Exercise: nested expressions

Character classes

ixml uses Unicode, with many thousands of characters (currently 144,697)

Unicode classifies characters in different ways, and ixml uses those classifications. They are only used in character sets.

For instance, class Ll covers lower case letters, and Lu is upper case. Class L covers all characters that are considered letters (there are 130,000 of them!). So you could define a name as:

name: [L]+.

Similarly, class Nd covers all decimal digit characters, so you could define a number as:

number: [Nd]+.

Exercise: list of names and numbers

Serialisation Overrides

As we have seen, you can hide an element:

-digit: [Nd].

or output it as an attribute:

@number: digit+.

but you can override these defaults when you use a rule.

Overrides

For instance, your input contains either a single date, or a pair of dates, representing start and end dates:

2021-10-04:2021-10-05

You could write rules:

data: date; range.

range: start, ":", end.

date: year, "-", month, "-", day.
year: d, d, d, d.
month: d, d.
day: -month.
-d: [Nd].

start: -date.
end: -date.

Here we say that start has the same format as a date but will be output as a start element.

Overrides

With input:

2021-10-04

you get:

<data>
   <date>
      <year>2021</year>-
      <month>10</month>-
      <day>04</day>
   </date>
</data>

Overrides

With input

2021-10-04:2021-10-05

you get:

<data>
   <range>
      <start>
         <year>2021</year>-
         <month>10</month>-
         <day>04</day>
      </start>:
      <end>
         <year>2021</year>-
         <month>10</month>-
         <day>05</day>
      </end>
   </range>
</data>

Root element

You can make the root element hidden, as long as its resulting content is a single element (because of XML rules). So if we replace the data rule with:

-data: date; range.

then we will get

<range>
   <start>
      <year>2021</year>-
      <month>10</month>-
      <day>04</day>
   </start>:
   <end>
      <year>2021</year>-
      <month>10</month>-
      <day>05</day>
   </end>
</range>

etc.

overriding hidden or attribute

To override a rule that is hidden or an attribute to make it an element, you use "^".

input: ^digit; number.
number: digit, digit+. {2 or more digits}
-digit: [N].

then for input "2021" we get:

<input>
   <number>2021</number>
</input>

and for input "4" we get:

<input>
   <digit>4</digit>
</input>

override with @

Similarly, you can override with @:

input: @digit; @number.
number: digit, digit+. {2 or more digits}
-digit: [N].

would give

<input digit="4"/>

and

<input number="2021"/>

Exercise: URLs

Encoded Characters

You can include any Unicode character in a literal string, but occasionally it is useful to be able to be explicit which character is intended.

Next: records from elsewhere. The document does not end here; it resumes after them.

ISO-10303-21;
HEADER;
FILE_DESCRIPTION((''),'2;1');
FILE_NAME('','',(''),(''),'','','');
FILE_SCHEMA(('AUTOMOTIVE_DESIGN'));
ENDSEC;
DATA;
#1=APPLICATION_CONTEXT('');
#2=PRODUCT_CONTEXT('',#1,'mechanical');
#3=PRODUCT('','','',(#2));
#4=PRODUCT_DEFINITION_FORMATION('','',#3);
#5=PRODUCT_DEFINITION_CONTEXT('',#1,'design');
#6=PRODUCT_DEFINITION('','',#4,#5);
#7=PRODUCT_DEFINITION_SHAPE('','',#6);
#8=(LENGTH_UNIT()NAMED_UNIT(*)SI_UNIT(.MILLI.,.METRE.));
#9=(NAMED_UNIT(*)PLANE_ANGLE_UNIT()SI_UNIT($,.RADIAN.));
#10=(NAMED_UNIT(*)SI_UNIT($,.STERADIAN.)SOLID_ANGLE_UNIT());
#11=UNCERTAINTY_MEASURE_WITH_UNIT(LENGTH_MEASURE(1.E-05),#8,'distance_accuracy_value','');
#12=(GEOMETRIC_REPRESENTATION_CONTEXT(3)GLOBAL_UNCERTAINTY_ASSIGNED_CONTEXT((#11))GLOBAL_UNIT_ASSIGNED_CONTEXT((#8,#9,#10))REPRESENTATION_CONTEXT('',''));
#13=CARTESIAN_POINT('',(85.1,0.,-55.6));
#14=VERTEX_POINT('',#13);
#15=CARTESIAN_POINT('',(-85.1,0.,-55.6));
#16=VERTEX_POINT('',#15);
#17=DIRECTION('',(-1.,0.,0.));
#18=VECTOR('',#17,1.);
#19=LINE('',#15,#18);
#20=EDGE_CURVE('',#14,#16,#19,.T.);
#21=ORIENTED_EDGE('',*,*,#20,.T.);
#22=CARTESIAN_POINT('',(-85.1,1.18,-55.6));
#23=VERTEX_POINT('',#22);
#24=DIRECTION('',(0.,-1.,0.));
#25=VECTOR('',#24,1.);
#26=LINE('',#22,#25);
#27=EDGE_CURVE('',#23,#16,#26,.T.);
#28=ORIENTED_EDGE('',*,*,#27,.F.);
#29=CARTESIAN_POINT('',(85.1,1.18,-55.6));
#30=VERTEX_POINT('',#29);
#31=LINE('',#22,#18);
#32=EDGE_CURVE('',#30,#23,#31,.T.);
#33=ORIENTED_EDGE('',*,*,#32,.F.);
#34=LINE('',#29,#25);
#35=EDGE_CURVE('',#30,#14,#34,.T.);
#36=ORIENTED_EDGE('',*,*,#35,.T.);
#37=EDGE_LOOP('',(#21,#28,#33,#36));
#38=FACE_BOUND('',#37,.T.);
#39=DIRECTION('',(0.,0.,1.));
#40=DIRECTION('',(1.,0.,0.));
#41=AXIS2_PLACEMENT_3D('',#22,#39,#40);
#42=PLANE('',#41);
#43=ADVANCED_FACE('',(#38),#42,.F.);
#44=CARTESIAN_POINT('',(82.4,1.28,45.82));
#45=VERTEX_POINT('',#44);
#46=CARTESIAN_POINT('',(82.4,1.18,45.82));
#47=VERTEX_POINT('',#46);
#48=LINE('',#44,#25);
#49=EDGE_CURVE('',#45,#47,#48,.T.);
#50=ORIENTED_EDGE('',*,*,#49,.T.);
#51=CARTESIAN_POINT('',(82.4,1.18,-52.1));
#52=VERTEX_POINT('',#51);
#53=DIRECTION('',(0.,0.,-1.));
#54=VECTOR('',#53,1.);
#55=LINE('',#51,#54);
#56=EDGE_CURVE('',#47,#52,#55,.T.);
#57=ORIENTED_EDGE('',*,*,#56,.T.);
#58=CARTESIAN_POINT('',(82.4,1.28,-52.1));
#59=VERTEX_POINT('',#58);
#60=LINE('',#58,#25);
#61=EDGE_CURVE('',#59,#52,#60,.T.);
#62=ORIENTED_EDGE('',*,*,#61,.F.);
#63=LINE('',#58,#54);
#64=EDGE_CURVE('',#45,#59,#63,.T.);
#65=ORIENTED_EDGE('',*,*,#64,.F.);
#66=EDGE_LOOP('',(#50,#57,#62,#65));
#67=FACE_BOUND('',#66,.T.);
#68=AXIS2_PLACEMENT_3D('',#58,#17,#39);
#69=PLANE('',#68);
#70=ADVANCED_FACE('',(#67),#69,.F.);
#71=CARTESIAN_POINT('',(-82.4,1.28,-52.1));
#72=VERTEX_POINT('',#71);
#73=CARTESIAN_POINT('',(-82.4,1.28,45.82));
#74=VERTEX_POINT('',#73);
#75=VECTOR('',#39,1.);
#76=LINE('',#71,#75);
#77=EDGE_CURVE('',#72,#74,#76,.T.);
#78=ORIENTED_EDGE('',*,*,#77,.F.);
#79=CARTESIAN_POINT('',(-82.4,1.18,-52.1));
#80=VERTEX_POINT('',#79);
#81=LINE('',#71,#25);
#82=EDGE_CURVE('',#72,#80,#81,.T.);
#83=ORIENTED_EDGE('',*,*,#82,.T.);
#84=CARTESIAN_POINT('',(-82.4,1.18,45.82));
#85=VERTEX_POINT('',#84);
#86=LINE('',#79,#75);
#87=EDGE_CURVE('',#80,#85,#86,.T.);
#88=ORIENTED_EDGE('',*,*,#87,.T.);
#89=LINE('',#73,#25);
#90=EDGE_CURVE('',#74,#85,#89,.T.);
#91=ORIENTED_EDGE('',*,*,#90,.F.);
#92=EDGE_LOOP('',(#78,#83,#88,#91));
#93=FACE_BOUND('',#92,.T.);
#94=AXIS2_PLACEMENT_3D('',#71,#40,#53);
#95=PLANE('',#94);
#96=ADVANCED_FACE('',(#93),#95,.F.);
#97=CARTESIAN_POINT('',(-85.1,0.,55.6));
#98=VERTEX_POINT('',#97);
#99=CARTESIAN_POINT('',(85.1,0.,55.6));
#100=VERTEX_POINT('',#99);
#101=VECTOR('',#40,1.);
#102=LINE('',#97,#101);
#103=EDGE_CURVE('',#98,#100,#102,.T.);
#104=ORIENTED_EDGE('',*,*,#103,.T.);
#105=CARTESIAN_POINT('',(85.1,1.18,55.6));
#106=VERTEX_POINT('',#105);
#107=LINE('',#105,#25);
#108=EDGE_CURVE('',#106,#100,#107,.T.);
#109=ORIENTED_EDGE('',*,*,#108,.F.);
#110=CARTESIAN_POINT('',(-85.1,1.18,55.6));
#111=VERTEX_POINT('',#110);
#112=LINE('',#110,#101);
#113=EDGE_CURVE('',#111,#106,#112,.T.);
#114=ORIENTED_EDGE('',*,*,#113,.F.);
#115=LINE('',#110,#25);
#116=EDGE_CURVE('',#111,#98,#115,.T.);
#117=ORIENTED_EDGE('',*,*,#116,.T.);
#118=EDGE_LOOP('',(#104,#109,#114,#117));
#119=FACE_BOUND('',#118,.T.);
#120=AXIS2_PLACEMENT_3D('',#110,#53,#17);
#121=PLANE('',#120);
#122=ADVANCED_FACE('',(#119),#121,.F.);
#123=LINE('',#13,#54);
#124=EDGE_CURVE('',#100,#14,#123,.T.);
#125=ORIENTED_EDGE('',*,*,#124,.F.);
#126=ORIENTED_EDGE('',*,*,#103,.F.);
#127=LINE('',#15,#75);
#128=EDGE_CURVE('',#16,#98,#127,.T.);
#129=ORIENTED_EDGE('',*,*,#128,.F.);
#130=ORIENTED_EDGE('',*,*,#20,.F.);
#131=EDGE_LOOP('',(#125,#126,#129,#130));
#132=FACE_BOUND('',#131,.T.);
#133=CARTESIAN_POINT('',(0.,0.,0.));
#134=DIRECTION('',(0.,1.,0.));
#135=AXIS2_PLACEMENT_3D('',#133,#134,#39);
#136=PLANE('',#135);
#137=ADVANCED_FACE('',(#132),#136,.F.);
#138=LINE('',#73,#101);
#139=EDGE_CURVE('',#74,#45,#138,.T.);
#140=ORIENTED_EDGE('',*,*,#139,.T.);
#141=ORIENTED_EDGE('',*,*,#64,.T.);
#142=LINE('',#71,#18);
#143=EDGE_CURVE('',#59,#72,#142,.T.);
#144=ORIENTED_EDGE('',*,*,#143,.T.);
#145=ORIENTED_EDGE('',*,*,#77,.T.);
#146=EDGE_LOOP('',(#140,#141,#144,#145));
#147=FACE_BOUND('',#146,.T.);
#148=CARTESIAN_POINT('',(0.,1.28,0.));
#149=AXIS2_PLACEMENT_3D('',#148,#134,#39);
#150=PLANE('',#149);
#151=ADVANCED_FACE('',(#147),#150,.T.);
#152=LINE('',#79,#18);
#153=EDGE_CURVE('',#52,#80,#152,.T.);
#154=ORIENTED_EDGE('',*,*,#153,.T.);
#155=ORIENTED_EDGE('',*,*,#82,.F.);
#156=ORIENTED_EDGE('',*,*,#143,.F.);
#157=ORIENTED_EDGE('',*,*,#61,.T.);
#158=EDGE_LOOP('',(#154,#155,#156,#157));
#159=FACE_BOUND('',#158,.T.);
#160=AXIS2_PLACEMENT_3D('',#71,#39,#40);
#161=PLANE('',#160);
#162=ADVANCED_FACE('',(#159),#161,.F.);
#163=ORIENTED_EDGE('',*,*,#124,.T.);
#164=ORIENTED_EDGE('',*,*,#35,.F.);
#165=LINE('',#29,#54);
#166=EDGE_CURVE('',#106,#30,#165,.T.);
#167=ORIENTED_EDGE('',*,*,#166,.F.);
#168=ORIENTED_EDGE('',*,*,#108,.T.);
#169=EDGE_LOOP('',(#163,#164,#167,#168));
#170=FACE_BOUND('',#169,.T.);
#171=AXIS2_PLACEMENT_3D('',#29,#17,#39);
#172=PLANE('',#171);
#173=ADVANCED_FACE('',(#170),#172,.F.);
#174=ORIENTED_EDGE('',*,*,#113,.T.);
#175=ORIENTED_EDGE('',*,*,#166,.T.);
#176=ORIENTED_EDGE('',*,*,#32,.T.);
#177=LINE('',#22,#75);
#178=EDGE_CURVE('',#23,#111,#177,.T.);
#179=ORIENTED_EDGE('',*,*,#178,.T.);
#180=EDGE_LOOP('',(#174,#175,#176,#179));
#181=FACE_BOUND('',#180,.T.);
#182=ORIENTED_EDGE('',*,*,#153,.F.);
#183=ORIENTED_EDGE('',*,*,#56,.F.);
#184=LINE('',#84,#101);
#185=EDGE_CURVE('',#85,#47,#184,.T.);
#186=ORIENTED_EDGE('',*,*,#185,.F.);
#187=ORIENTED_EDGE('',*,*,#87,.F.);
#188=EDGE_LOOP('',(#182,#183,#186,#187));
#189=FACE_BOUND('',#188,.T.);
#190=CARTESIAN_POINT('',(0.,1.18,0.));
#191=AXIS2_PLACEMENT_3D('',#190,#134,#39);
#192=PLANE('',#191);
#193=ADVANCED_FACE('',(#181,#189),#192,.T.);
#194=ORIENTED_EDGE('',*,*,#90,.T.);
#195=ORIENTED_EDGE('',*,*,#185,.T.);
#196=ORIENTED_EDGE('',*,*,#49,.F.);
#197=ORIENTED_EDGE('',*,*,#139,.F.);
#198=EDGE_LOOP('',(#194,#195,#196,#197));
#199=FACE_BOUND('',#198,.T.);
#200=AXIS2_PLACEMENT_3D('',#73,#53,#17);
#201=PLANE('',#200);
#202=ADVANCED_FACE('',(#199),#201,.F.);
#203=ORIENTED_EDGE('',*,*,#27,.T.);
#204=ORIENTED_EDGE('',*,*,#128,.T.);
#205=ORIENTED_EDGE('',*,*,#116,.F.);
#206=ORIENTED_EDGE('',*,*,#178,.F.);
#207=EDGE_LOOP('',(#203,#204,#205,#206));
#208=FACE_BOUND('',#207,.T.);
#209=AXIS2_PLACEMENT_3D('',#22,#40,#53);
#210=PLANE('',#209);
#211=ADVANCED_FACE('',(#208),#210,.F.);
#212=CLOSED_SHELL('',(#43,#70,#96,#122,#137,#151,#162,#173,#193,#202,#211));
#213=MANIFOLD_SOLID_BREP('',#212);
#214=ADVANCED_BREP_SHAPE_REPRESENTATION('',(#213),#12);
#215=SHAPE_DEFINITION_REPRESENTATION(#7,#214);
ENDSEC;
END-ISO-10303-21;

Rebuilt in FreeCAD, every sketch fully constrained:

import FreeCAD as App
import Part
import Sketcher
from FreeCAD import Vector

doc = App.newDocument("Part")
body = doc.addObject("PartDesign::Body", "Body")

sketch1 = doc.addObject("Sketcher::SketchObject", "Sketch")
body.addObject(sketch1)
sketch1.AttachmentSupport = (doc.XZ_Plane, [""])
sketch1.MapMode = "FlatFace"
sketch1.addGeometry([
    Part.LineSegment(Vector(-85.1, -55.6, 0), Vector(-85.1, 55.6, 0)),
    Part.LineSegment(Vector(-85.1, 55.6, 0), Vector(85.1, 55.6, 0)),
    Part.LineSegment(Vector(85.1, 55.6, 0), Vector(85.1, -55.6, 0)),
    Part.LineSegment(Vector(85.1, -55.6, 0), Vector(-85.1, -55.6, 0)),
], False)
sketch1.addConstraint([
    Sketcher.Constraint("Coincident", 0, 2, 1, 1),
    Sketcher.Constraint("Coincident", 1, 2, 2, 1),
    Sketcher.Constraint("Coincident", 2, 2, 3, 1),
    Sketcher.Constraint("Coincident", 3, 2, 0, 1),
    Sketcher.Constraint("Vertical", 0),
    Sketcher.Constraint("Horizontal", 1),
    Sketcher.Constraint("Vertical", 2),
    Sketcher.Constraint("Horizontal", 3),
    Sketcher.Constraint("Symmetric", 0, 2, 2, 2, -1, 1),
    Sketcher.Constraint("DistanceX", 1, 1, 1, 2, 170.2),
    Sketcher.Constraint("DistanceY", 0, 1, 0, 2, 111.2),
])
pad1 = doc.addObject("PartDesign::Pad", "Pad")
body.addObject(pad1)
pad1.Profile = sketch1
pad1.Length = 1.18
pad1.Reversed = True

sketch2 = doc.addObject("Sketcher::SketchObject", "Sketch001")
body.addObject(sketch2)
sketch2.AttachmentSupport = (doc.XZ_Plane, [""])
sketch2.MapMode = "FlatFace"
sketch2.AttachmentOffset = App.Placement(Vector(0, 0, -1.18), App.Rotation())
sketch2.addGeometry([
    Part.LineSegment(Vector(-82.4, -52.1, 0), Vector(-82.4, 45.82, 0)),
    Part.LineSegment(Vector(-82.4, 45.82, 0), Vector(82.4, 45.82, 0)),
    Part.LineSegment(Vector(82.4, 45.82, 0), Vector(82.4, -52.1, 0)),
    Part.LineSegment(Vector(82.4, -52.1, 0), Vector(-82.4, -52.1, 0)),
], False)
sketch2.addConstraint([
    Sketcher.Constraint("Coincident", 0, 2, 1, 1),
    Sketcher.Constraint("Coincident", 1, 2, 2, 1),
    Sketcher.Constraint("Coincident", 2, 2, 3, 1),
    Sketcher.Constraint("Coincident", 3, 2, 0, 1),
    Sketcher.Constraint("Vertical", 0),
    Sketcher.Constraint("Horizontal", 1),
    Sketcher.Constraint("Vertical", 2),
    Sketcher.Constraint("Horizontal", 3),
    Sketcher.Constraint("DistanceX", 1, 1, 1, 2, 164.8),
    Sketcher.Constraint("DistanceY", 0, 1, 0, 2, 97.92),
    Sketcher.Constraint("DistanceX", 0, 2, -1, 1, 82.4),
    Sketcher.Constraint("DistanceY", 2, 2, -1, 1, 52.1),
])
pad2 = doc.addObject("PartDesign::Pad", "Pad001")
body.addObject(pad2)
pad2.Profile = sketch2
pad2.Length = 0.1
pad2.Reversed = True

doc.recompute()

For instance a Tab or non-breaking space character is hard to distinguish from a space.

In such cases you can specify the character as a hexadecimal number, its position in the Unicode sequence:

tab: #9.
nonbreak: #a0.

These match a single character in the input. You can also include them in character sets:

space: [" "; #9; #a0].

You can't include them inside strings (and don't need to): "#a0" stands for the three characters "#", "a", "0".

Exercise: tab separated numbers.

The end

You might like to marvel at the ixml definition of ixml in the specification, a thing of rare wonder. For instance a rule is

rule: (mark, S)?, name, S, ["=:"], S, -alts, ".".

which you can now read: an optional mark, a name, a colon or equals, and alternatives, followed by a point.

Note how this rule is defining itself.